With the arrival of high season, hoteliers and some Revenue neophytes breathe a sigh of relief: rooms – so it is thought – sell themselves, there is no need to go about formulating strange alchemy.
Instead, this reasoning is completely misguided: just beyond the high and peak season lies the pitfall.
Precisely at this stage and precisely to avoid recurring damages – sometimes caused by less-than-dynamic revenue managers – one must be very vigilant and quick to grasp any market evolution.
It is necessary to be timely and dynamic in outlining pricing movements.
And to achieve this there is only one thing one can do: study.
In the sense of sitting down to work and analyze historical and forecast data.
Of course, doing this at the very last minute doesn’t pay off.
It is necessary to start well in advance (up to a year earlier, even) gathering data that will provide any and all relevant sales information: this is the road map to avoid “gaping holes” in your turnover or, better yet, to optimize revenue.
A correct starting rate will generally yield these results in high season: it will tend to discourage well in advance bookings, on account of the high price.
Reservations will be collected here and there, without a constant flow; in peak season, bookings will be increasingly closer to stay date, when the starting rate becomes attractive.
Speaking of attractive rates, it is necessary to open a parenthesis to specify that – if applied at a certain distance from stay date – it allows for excellent commercial results: it can potentially attract many people.
However, it is equally important to remember that these rates must be applied to a few rooms only.
Back to our original topic, let’s now see what happens within two months or one month of the arrival date.
Well: this is the period where one must prick up one’s ears, as reservations become more numerous and more constant.

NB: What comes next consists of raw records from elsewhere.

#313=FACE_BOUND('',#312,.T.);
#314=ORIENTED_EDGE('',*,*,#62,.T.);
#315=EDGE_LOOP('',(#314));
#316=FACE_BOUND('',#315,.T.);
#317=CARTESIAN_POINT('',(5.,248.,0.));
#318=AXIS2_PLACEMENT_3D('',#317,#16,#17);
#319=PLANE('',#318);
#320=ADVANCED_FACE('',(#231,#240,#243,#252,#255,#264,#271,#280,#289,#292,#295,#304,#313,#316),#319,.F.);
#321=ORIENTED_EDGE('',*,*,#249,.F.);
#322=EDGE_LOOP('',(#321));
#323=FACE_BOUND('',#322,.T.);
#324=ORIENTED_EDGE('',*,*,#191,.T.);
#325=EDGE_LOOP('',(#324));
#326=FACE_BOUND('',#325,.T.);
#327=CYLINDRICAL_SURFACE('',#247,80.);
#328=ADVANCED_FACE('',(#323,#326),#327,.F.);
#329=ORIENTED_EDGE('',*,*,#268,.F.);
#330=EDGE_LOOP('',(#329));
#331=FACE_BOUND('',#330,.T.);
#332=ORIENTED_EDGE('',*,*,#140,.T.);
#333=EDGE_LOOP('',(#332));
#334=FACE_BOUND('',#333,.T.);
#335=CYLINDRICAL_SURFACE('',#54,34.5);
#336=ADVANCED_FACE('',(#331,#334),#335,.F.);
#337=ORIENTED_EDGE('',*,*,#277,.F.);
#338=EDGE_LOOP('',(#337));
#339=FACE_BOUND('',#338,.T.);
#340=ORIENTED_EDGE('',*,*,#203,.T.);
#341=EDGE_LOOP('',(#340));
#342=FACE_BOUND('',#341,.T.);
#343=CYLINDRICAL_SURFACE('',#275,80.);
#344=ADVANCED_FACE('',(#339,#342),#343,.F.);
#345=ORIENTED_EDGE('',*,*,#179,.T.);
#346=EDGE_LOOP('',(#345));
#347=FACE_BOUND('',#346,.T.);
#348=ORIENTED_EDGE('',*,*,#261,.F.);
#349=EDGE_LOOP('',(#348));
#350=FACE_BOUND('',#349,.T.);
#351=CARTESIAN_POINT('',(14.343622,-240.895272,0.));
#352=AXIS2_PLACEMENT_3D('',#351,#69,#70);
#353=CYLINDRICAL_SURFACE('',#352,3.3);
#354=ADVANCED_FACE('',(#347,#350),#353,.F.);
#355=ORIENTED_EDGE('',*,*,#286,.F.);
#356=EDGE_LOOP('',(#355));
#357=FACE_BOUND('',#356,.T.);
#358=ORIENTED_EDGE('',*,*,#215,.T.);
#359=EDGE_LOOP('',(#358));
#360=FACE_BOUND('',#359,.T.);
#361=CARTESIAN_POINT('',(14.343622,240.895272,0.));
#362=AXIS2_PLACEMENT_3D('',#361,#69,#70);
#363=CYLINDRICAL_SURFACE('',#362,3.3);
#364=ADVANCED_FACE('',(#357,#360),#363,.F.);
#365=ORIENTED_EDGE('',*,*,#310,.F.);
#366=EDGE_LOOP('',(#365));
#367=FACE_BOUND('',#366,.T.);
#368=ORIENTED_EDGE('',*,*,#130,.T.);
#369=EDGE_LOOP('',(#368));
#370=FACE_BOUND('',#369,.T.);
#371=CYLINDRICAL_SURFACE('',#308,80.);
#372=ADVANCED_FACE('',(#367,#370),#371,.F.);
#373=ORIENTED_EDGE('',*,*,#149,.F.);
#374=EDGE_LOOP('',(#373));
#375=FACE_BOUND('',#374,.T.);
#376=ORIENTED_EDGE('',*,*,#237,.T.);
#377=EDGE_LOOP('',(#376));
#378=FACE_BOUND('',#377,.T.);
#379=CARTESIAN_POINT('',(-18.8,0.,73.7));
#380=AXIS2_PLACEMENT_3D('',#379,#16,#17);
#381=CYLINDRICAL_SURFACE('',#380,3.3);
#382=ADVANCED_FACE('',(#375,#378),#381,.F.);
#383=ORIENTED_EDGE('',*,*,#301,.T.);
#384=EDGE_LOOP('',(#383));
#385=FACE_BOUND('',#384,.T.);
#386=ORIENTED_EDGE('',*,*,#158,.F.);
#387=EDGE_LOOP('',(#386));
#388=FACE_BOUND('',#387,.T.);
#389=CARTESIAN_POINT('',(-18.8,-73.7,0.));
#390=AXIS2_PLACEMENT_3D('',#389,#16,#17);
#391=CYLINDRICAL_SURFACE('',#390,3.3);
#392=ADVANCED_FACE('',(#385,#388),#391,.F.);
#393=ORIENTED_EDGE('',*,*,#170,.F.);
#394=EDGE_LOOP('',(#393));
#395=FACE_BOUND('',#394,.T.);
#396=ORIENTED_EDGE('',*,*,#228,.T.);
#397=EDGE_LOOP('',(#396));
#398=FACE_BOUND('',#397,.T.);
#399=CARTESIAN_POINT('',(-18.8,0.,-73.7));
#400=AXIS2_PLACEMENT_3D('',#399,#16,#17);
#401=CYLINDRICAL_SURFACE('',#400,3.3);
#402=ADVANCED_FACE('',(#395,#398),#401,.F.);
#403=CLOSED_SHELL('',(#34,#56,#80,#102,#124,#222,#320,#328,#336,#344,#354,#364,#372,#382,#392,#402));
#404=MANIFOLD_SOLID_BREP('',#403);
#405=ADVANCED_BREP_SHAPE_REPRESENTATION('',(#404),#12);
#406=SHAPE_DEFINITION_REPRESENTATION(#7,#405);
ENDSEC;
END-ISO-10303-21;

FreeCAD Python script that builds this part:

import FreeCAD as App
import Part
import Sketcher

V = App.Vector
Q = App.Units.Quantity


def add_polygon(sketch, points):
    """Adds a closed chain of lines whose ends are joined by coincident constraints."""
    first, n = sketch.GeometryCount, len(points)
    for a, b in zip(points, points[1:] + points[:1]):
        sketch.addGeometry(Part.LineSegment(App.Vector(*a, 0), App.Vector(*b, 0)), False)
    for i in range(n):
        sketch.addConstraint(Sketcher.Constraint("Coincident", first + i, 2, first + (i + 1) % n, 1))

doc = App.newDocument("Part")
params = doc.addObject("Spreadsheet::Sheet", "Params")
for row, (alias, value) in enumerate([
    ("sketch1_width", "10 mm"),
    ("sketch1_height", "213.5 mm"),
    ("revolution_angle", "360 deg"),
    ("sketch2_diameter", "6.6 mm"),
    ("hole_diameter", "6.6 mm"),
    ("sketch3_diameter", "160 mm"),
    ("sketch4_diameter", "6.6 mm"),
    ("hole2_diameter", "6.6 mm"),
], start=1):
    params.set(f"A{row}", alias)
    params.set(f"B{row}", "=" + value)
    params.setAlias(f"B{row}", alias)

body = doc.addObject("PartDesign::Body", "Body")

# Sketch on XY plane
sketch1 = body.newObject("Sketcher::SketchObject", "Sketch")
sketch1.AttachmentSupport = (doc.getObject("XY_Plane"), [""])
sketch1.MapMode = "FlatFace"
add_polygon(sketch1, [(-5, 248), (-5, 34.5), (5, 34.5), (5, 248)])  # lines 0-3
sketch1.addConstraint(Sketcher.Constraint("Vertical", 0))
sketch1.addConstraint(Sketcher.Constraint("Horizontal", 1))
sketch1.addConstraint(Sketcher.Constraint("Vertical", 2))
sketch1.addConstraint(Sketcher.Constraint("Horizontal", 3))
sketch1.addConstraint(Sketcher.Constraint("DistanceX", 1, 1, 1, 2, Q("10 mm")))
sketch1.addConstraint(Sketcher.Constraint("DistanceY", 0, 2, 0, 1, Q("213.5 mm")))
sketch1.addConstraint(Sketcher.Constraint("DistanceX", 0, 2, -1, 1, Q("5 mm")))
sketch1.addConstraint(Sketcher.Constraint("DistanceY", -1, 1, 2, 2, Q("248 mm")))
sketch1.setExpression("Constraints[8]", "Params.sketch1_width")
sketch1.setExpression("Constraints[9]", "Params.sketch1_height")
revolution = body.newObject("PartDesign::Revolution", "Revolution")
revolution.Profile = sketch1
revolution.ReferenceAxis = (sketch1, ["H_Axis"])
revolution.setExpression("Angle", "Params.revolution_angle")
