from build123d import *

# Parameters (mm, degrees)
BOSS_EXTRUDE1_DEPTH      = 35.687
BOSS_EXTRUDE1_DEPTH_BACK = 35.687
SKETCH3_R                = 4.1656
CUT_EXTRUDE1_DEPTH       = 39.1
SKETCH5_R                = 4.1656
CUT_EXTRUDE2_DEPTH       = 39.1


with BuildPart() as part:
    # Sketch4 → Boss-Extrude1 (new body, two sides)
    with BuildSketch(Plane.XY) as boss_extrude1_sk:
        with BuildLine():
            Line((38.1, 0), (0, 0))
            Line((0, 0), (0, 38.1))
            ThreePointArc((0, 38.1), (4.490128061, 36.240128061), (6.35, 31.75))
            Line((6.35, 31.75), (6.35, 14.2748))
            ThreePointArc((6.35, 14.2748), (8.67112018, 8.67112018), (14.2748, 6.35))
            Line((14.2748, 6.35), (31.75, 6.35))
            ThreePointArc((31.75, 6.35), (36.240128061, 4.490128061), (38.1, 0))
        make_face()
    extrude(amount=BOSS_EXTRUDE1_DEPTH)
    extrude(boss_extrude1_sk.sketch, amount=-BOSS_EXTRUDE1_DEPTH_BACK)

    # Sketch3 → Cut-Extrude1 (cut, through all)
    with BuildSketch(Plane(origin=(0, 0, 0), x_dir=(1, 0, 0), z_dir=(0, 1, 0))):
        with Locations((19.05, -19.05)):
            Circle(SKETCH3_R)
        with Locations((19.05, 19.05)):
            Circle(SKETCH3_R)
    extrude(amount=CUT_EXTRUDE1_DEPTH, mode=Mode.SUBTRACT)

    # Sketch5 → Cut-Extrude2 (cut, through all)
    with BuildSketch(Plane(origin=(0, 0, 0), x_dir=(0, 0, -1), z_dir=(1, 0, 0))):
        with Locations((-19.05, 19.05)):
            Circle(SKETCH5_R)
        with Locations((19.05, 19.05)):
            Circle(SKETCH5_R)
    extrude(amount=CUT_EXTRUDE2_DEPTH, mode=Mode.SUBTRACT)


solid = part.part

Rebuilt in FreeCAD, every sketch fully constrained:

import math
import FreeCAD as App
import Part
import Sketcher
from FreeCAD import Vector
Q = App.Units.Quantity

doc = App.newDocument("Part")
body = doc.addObject("PartDesign::Body", "Body")

# Sketch on XY plane
sketch1 = doc.addObject("Sketcher::SketchObject", "Sketch")
body.addObject(sketch1)
sketch1.AttachmentSupport = (doc.XY_Plane, [""])
sketch1.MapMode = "FlatFace"
sketch1.addGeometry([
    Part.LineSegment(Vector(0, 0, 0), Vector(38, 0, 0)),  # 0
    Part.ArcOfCircle(Part.Circle(Vector(32, 0, 0), Vector(0, 0, 1), 6), math.radians(0), math.radians(90)),  # 1
    Part.LineSegment(Vector(32, 6, 0), Vector(14, 6, 0)),  # 2
    Part.ArcOfCircle(Part.Circle(Vector(14, 14, 0), Vector(0, 0, 1), 8), math.radians(180), math.radians(270)),  # 3
    Part.LineSegment(Vector(6, 14, 0), Vector(6, 32, 0)),  # 4
    Part.ArcOfCircle(Part.Circle(Vector(0, 32, 0), Vector(0, 0, 1), 6), math.radians(0), math.radians(90)),  # 5
    Part.LineSegment(Vector(0, 38, 0), Vector(0, 0, 0)),  # 6
], False)
sketch1.addConstraint([
    Sketcher.Constraint("Coincident", 0, 2, 1, 1),
    Sketcher.Constraint("Tangent", 1, 2, 2, 1),
    Sketcher.Constraint("Tangent", 2, 2, 3, 2),
    Sketcher.Constraint("Tangent", 3, 1, 4, 1),
    Sketcher.Constraint("Tangent", 4, 2, 5, 1),
    Sketcher.Constraint("Coincident", 5, 2, 6, 1),
    Sketcher.Constraint("Coincident", 6, 2, 0, 1),
    Sketcher.Constraint("Horizontal", 0),
    Sketcher.Constraint("Horizontal", 2),
    Sketcher.Constraint("Vertical", 4),
    Sketcher.Constraint("Vertical", 6),
    Sketcher.Constraint("Coincident", 6, 2, -1, 1),
    Sketcher.Constraint("Equal", 1, 5),
    Sketcher.Constraint("PointOnObject", 1, 3, -1),
    Sketcher.Constraint("PointOnObject", 5, 3, -2),
    Sketcher.Constraint("Equal", 2, 4),
    Sketcher.Constraint("Radius", 1, Q("0.25 in")),
    Sketcher.Constraint("DistanceX", 0, 1, 0, 2, Q("1.5 in")),
    Sketcher.Constraint("Radius", 3, Q("0.312 in")),
])
pad1 = doc.addObject("PartDesign::Pad", "Pad")
body.addObject(pad1)
pad1.Profile = sketch1
pad1.Type = "TwoLengths"
pad1.Length = Q("1.405 in")
pad1.Length2 = Q("1.405 in")

# Sketch on XZ plane
sketch2 = doc.addObject("Sketcher::SketchObject", "Sketch001")
body.addObject(sketch2)
sketch2.AttachmentSupport = (doc.XZ_Plane, [""])
sketch2.MapMode = "FlatFace"
sketch2.addGeometry([
    Part.Circle(Vector(19.1, 19.1, 0), Vector(0, 0, 1), 4.2),
    Part.Circle(Vector(19.1, -19.1, 0), Vector(0, 0, 1), 4.2),
], False)
sketch2.addConstraint([
    Sketcher.Constraint("Equal", 0, 1),
    Sketcher.Constraint("Symmetric", 0, 3, 1, 3, -1),
    Sketcher.Constraint("Diameter", 0, Q("0.328 in")),
    Sketcher.Constraint("DistanceY", 1, 3, 0, 3, Q("1.5 in")),
    Sketcher.Constraint("DistanceX", -1, 1, 0, 3, Q("0.75 in")),
])
pocket1 = doc.addObject("PartDesign::Pocket", "Pocket")
body.addObject(pocket1)
pocket1.Profile = sketch2
pocket1.Type = "ThroughAll"

# Sketch on YZ plane
sketch3 = doc.addObject("Sketcher::SketchObject", "Sketch002")
body.addObject(sketch3)
sketch3.AttachmentSupport = (doc.YZ_Plane, [""])
sketch3.MapMode = "FlatFace"
sketch3.addGeometry([
    Part.Circle(Vector(19.1, 19.1, 0), Vector(0, 0, 1), 4.2),
    Part.Circle(Vector(19.1, -19.1, 0), Vector(0, 0, 1), 4.2),
], False)
sketch3.addConstraint([
    Sketcher.Constraint("Equal", 0, 1),
    Sketcher.Constraint("Symmetric", 0, 3, 1, 3, -1),
    Sketcher.Constraint("Diameter", 0, Q("0.328 in")),
    Sketcher.Constraint("DistanceY", 1, 3, 0, 3, Q("1.5 in")),
    Sketcher.Constraint("DistanceX", -1, 1, 0, 3, Q("0.75 in")),
])
pocket2 = doc.addObject("PartDesign::Pocket", "Pocket001")
body.addObject(pocket2)
pocket2.Profile = sketch3
pocket2.Type = "ThroughAll"
pocket2.Reversed = True

doc.recompute()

This is the time to keep one’s eyes wide open so as not to miss any signal coming from the market, of course, constantly referring to the historical data on last year’s pick-up by rate.
Let’s shed some light on this topic by using an example.
Let’s suppose a leisure hotel has achieved 95% room occupancy in the previous year, with an average sales price (Average Daily Rate) of 88€ per room, a total turnover of 8360€ and a Revpar of 83.60€.
Analyzing the historical data, the 95 rooms sold must be divided by type of booking – OLTA, site, telephone, walk-in (customers who arrive without a booking) – and by rate applied.
We get this table, which also includes the number of rooms sold for each individual channel:
From this table, one fact immediately catches the eye: OLTAs perform well with any rate but, their performance is stronger with the lowest rates, compared to other channels.
The site, on the other hand, tends to “vanish” in the first part of the sales plan and in the final part, when last-minute rates are applied.
Phone bookings display a fairly regular trend, while the walk-in trend is self-apparent, since it refers to the last rate, coinciding with the day of arrival.
Another aspect which should not be overlooked: the rates were raised too soon.
Faced with a risk of unsold, the revenue manager implemented a last-minute that brought the rate back to the starting level: with 15 rooms sold (13 + 2) he compensated, course-correcting at least in part.
So: how could a better outcome have been secured, that is, full occupancy achieved?
Perhaps, it would have been advisable to linger longer on the intermediate rates, particularly on the resistance rate. Which one? 99€, of course.